MATERIAL PROVIDED:
^^^^

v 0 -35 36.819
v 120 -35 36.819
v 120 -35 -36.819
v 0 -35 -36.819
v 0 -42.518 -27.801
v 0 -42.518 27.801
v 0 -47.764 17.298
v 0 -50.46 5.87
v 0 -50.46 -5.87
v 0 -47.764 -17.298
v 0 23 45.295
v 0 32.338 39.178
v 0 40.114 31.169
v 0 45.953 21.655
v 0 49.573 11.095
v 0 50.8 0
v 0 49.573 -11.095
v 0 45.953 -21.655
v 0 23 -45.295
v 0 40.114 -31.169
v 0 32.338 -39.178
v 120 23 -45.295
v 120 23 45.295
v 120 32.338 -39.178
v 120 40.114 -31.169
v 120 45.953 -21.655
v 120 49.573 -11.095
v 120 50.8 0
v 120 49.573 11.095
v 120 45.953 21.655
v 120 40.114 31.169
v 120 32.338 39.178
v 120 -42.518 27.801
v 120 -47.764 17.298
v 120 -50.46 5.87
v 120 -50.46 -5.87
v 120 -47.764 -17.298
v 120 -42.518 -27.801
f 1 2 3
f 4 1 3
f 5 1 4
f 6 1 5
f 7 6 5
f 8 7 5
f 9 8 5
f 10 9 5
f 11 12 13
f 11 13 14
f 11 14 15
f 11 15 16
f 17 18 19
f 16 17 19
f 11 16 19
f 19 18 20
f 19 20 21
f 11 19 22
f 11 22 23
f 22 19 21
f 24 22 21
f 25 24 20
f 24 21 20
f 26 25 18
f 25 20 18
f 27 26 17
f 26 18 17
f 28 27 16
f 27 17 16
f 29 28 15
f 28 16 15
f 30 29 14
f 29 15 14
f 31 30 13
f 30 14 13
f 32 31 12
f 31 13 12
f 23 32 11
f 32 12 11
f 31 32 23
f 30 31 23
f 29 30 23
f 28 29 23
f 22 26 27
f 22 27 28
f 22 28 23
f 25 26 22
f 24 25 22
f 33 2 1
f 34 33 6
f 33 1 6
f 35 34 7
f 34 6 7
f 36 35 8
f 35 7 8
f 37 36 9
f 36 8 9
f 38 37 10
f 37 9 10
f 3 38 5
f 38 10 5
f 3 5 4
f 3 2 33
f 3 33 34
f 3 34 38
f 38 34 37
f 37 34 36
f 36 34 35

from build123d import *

# Parameters (mm, degrees)
SKETCH1_R           = 50.8
SKETCH1_W           = 60
SKETCH1_H           = 58
BOSS_EXTRUDE1_DEPTH = 120
CUT_EXTRUDE1_DEPTH  = 140.861645922


with BuildPart() as part:
    # Sketch1 → Boss-Extrude1 (new body)
    with BuildSketch(Plane(origin=(0, 0, 0), x_dir=(0, 0, -1), z_dir=(1, 0, 0))):
        Circle(SKETCH1_R)
        with Locations((0, -6)):
            Rectangle(SKETCH1_W, SKETCH1_H, mode=Mode.SUBTRACT)
    extrude(amount=BOSS_EXTRUDE1_DEPTH)

    # Sketch4 → Cut-Extrude1 (cut, through all)
    with BuildSketch(Plane(origin=(120, 0, 0), x_dir=(0, 0, -1), z_dir=(1, 0, 0))):
        with BuildLine():
            Line((45.29503284, 23), (-45.29503284, 23))
            ThreePointArc((-45.29503284, 23), (-50.26608487, -7.345795523), (-36.819016826, -35))
            Line((-36.819016826, -35), (36.819016826, -35))
            ThreePointArc((36.819016826, -35), (50.26608487, -7.345795523), (45.29503284, 23))
        make_face()
    extrude(amount=-CUT_EXTRUDE1_DEPTH, mode=Mode.SUBTRACT)


with BuildPart() as cut_extrude1_piece_1:
    # of the separate pieces the step leaves, piece 1, a body of its own (cut_extrude1_pieces)
    add(part.part.solids().sort_by_distance((0, 23, -45.29503284))[0])


with BuildPart() as cut_extrude1_piece_2:
    # of the separate pieces the step leaves, piece 2, a body of its own (cut_extrude1_pieces)
    add(part.part.solids().sort_by_distance((0, -35, 36.819016826))[0])


solid = Compound([cut_extrude1_piece_1.part, cut_extrude1_piece_2.part])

^^^^

REQUIRED ACTION: Would you return each line of the material above, unchanged, from the first one through the line where "v 120 50.8 0" appears?

RESPONSE BOX:
v 0 -35 36.819
v 120 -35 36.819
v 120 -35 -36.819
v 0 -35 -36.819
v 0 -42.518 -27.801
v 0 -42.518 27.801
v 0 -47.764 17.298
v 0 -50.46 5.87
v 0 -50.46 -5.87
v 0 -47.764 -17.298
v 0 23 45.295
v 0 32.338 39.178
v 0 40.114 31.169
v 0 45.953 21.655
v 0 49.573 11.095
v 0 50.8 0
v 0 49.573 -11.095
v 0 45.953 -21.655
v 0 23 -45.295
v 0 40.114 -31.169
v 0 32.338 -39.178
v 120 23 -45.295
v 120 23 45.295
v 120 32.338 -39.178
v 120 40.114 -31.169
v 120 45.953 -21.655
v 120 49.573 -11.095
v 120 50.8 0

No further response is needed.